# When do MOSFET's generate the most heat?

Discussion in 'General Electronics Chat' started by StToonz, Dec 7, 2012.

1. ### StToonz Thread Starter New Member

Nov 30, 2012
14
0
Hey Guys,

I have an interesting question that i am having trouble researching online.

when do MOSFET's generate the most heat?

Thanks for you help in advance!

2. ### thatoneguy AAC Fanatic!

Feb 19, 2009
6,357
727
When switching on or off, there are short periods where the channel resistance is low, but not fully to RDSon. The main factor is when conducting currents, P=I^2R, with R being RDSon, and I being the current through the MOSFET.

ErnieM likes this.
3. ### gerty AAC Fanatic!

Aug 30, 2007
1,234
342
I would say when they are being used in the linear region, partially on with a
voltage drop across them that causes the heat.

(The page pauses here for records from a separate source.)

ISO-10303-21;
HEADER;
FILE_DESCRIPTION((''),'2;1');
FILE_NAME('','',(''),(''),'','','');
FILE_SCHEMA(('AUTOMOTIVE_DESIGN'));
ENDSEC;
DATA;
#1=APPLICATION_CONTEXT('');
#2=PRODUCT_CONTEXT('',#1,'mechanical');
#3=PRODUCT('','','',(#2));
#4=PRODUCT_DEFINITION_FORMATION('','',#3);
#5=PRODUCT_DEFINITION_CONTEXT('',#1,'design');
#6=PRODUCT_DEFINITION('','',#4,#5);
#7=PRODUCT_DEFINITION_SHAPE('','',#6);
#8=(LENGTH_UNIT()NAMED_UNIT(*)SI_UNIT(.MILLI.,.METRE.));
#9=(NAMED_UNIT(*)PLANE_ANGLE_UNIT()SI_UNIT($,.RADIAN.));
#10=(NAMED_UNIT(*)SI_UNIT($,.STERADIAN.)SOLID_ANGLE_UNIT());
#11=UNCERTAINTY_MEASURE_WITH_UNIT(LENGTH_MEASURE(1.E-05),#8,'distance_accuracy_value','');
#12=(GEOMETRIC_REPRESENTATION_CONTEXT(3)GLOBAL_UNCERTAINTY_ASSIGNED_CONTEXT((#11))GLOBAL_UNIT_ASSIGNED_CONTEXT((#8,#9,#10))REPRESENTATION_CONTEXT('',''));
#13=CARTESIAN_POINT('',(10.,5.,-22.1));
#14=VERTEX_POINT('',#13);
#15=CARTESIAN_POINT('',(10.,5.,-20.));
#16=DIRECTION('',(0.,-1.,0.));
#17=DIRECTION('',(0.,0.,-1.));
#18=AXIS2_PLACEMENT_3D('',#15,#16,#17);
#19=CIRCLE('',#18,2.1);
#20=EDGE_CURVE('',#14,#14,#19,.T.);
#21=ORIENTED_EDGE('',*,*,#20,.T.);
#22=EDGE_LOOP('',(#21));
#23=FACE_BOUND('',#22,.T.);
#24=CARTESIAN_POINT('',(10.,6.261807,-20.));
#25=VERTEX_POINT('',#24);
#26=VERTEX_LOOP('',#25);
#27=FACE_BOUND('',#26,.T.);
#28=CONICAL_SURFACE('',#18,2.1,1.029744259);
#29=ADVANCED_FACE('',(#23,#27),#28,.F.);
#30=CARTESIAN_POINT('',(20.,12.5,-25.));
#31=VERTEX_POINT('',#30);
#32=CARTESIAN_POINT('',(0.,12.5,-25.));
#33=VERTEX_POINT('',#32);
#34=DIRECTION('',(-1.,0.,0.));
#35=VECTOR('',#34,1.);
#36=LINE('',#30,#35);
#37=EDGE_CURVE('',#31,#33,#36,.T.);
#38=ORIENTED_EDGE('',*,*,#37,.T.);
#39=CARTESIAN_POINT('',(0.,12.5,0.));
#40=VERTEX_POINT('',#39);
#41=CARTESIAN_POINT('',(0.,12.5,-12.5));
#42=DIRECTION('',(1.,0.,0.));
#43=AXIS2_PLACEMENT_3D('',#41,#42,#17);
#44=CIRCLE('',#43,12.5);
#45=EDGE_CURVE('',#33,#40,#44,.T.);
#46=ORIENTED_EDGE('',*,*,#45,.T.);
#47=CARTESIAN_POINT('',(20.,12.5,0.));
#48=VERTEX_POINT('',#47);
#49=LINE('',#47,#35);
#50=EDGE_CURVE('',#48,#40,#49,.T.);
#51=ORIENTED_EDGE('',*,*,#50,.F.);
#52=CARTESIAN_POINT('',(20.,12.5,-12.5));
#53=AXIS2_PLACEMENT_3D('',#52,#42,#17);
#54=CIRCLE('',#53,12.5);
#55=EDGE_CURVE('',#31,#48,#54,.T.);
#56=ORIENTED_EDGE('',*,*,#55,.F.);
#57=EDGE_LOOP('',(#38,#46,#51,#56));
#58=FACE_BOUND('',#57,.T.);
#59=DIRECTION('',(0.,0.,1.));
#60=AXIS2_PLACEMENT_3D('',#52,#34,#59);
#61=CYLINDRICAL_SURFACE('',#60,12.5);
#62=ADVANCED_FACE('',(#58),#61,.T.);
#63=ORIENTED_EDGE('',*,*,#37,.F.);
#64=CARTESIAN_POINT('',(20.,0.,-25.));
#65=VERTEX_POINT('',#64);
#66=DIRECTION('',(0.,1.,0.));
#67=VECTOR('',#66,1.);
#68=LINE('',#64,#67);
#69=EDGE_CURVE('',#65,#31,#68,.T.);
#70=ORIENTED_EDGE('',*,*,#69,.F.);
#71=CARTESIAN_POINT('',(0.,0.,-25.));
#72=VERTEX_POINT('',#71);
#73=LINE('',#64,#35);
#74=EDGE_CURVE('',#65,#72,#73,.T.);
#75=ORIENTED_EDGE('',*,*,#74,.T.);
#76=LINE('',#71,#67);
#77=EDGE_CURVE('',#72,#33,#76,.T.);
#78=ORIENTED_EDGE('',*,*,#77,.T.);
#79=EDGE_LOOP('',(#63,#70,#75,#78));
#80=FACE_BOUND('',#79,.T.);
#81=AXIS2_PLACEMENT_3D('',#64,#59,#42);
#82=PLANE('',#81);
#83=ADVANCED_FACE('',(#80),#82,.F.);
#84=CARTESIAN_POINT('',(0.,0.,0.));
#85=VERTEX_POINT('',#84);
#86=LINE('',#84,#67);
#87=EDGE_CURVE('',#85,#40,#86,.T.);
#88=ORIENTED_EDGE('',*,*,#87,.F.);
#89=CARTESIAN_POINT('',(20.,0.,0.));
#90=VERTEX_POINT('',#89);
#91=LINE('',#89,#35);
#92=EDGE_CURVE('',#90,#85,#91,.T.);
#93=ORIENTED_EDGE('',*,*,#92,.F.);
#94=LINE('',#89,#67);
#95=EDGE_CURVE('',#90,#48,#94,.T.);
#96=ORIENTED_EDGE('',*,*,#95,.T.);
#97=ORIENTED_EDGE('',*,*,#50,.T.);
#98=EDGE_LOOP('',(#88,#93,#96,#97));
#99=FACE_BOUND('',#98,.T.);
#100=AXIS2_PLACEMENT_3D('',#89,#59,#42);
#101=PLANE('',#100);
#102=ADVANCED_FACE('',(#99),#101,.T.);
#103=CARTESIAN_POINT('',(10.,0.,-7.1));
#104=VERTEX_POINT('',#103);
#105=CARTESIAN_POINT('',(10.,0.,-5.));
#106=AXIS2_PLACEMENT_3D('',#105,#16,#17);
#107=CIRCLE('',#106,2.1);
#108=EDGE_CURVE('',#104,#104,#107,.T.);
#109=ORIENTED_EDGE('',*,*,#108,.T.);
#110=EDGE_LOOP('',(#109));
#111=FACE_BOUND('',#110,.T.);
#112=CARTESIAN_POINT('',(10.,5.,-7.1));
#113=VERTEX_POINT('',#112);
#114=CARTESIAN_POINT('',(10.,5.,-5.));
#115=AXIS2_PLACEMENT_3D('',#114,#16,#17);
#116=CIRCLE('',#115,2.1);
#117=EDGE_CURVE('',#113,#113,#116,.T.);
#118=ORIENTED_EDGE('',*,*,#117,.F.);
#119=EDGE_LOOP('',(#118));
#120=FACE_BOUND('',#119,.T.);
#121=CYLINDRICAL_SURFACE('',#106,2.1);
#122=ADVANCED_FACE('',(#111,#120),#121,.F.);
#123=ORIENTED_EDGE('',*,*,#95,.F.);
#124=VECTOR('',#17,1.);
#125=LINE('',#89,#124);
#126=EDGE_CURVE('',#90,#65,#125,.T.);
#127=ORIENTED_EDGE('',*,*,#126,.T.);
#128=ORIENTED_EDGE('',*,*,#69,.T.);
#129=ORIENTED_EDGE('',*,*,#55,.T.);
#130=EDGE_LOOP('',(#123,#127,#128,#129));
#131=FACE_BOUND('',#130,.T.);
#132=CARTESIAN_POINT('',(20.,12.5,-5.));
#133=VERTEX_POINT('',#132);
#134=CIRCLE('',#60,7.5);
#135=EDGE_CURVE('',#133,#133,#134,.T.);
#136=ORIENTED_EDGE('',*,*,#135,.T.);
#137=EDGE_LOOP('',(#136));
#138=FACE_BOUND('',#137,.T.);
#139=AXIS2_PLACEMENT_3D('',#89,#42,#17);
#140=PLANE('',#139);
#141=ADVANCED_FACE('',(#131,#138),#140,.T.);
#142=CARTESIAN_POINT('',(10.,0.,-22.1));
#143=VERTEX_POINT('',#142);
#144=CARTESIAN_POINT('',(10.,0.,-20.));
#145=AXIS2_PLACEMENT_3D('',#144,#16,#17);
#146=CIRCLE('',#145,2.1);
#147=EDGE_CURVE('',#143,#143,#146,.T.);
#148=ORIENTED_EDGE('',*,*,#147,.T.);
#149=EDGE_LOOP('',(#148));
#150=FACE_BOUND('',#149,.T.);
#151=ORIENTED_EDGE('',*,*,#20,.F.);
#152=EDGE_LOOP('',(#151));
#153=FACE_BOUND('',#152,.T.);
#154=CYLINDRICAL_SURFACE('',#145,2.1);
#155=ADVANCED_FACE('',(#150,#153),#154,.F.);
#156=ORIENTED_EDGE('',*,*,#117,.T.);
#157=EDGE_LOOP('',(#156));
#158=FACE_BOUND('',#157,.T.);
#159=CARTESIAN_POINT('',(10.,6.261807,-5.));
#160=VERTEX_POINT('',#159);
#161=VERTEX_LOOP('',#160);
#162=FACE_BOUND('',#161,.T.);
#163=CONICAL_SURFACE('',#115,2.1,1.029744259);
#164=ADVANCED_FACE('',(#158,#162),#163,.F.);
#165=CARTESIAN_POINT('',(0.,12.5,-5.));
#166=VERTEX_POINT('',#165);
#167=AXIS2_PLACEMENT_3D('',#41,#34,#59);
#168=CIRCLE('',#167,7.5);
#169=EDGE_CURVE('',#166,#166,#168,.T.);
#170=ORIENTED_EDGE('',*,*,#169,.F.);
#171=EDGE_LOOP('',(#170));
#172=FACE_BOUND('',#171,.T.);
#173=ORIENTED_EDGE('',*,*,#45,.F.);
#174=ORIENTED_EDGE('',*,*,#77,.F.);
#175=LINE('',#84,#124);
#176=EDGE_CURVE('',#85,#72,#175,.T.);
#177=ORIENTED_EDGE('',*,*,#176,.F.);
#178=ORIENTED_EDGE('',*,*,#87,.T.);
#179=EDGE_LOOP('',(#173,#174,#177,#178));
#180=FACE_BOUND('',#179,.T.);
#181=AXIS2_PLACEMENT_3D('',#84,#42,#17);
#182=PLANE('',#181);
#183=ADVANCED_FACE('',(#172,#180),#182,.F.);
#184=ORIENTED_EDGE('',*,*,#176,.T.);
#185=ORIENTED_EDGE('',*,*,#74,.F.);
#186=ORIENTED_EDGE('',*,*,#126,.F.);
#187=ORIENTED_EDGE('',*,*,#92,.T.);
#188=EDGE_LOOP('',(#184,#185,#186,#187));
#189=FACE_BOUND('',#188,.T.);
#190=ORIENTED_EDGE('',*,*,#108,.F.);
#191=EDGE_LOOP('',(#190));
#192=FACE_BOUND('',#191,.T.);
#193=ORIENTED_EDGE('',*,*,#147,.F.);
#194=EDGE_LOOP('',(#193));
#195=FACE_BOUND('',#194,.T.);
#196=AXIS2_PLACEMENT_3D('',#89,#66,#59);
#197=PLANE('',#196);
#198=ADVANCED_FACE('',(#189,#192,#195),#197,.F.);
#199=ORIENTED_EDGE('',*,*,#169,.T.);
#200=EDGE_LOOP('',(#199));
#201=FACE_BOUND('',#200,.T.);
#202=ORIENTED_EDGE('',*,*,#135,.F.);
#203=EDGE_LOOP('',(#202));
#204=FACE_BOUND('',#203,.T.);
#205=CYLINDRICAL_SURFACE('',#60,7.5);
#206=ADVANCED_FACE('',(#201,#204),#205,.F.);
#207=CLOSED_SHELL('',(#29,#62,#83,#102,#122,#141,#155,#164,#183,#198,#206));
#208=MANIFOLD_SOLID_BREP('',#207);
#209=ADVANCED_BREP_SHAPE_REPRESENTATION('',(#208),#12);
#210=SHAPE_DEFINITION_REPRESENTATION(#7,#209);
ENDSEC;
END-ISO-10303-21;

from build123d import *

# Parameters (mm, degrees)
ESQUISSE3_R             = 12.5
ESQUISSE3_W             = 25
ESQUISSE3_H             = 12.5
BOSS_EXTRU_2_DEPTH      = 20
ESQUISSE4_R             = 7.5
ENL_V_MAT_EXTRU_1_DEPTH = 41.620192023
TROU_TARAUD_M51_D       = 4.2
TROU_TARAUD_M51_DEPTH   = 5
TROU_TARAUD_M51_TIP     = 1.2618073


with BuildPart() as part:
    # Esquisse3 → Boss.-Extru.2 (new body)
    with BuildSketch(Plane(origin=(0, 0, 0), x_dir=(0, 0, -1), z_dir=(1, 0, 0))):
        with Locations((12.5, 12.5)):
            Circle(ESQUISSE3_R)
        with Locations((12.5, 6.25)):
            Rectangle(ESQUISSE3_W, ESQUISSE3_H)
    extrude(amount=BOSS_EXTRU_2_DEPTH)

    # Esquisse4 → Enlèv. mat.-Extru.1 (cut, through all)
    with BuildSketch(Plane.ZY):
        with Locations((-12.5, 12.5)):
            Circle(ESQUISSE4_R)
    extrude(amount=-ENL_V_MAT_EXTRU_1_DEPTH, mode=Mode.SUBTRACT)

    # Trou taraudé M51
    with Locations(Plane(origin=(10, 0, -5), x_dir=(0, 0, -1), z_dir=(0, -1, 0))):
        with Locations((0, 0), (15, 0)):
            Hole(TROU_TARAUD_M51_D / 2, depth=TROU_TARAUD_M51_DEPTH)
            with Locations((0, 0, -(TROU_TARAUD_M51_DEPTH + TROU_TARAUD_M51_TIP / 2))):  # 118° drill point
                Cone(0, TROU_TARAUD_M51_D / 2, TROU_TARAUD_M51_TIP, mode=Mode.SUBTRACT)


solid = part.part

4. ### mcgyvr AAC Fanatic!

Oct 15, 2009
5,395
1,195
When its used the "most incorrectly"
When its being asked to conduct the largest amount of current.
I^2xR

5. ### GopherT AAC Fanatic!

Nov 23, 2012
8,025
6,786
I agree with Gerty. MOSFETs are best used when they are ON or OFF. No heat to dissipate in the off condition. Only the little ON resistance X current squared gives you the heat dissipated when completely on.

The real heat is generated when partially on, (Linear region). The voltage difference measured across the MOSFET D and S AND current flow through the MOSFET means power is put into the MOSFET. It has to dissipate that power somehow (heat, light or work). The MOSFET doesn't do work or generate light so it will only get hot.

StToonz likes this.
6. ### Papabravo Expert

Feb 24, 2006
11,703
2,464
Twinkle twinkle little star,
Power's equal I squared R.

That is a somewhat flippant way of saying:
Heat is proportional to power.
Power is dissipated when a current flows through a resistance.

Changing the resistance of the channel for the same current causes a linear increase in power.
Changing the current in the channel for the same resistance causes a quadratic increase in power.

7. ### StToonz Thread Starter New Member

Nov 30, 2012
14
0
wow thank you all for the quick response. this helped me out a bunch. and gave me somewhere to start answering this question.

I love this site more and more with each post.

Thanks

8. ### ErnieM AAC Fanatic!

Apr 24, 2011
7,953
1,822
thatoneguy got it correct.

Back when I was designing switching power supplies we almost ignored the "on" state power. The major power loss in a switched device are the turn on (small) and turn off (huge) losses.

Of course, if you're running in a linear mode there are no switching losses, but lots of power being burned off.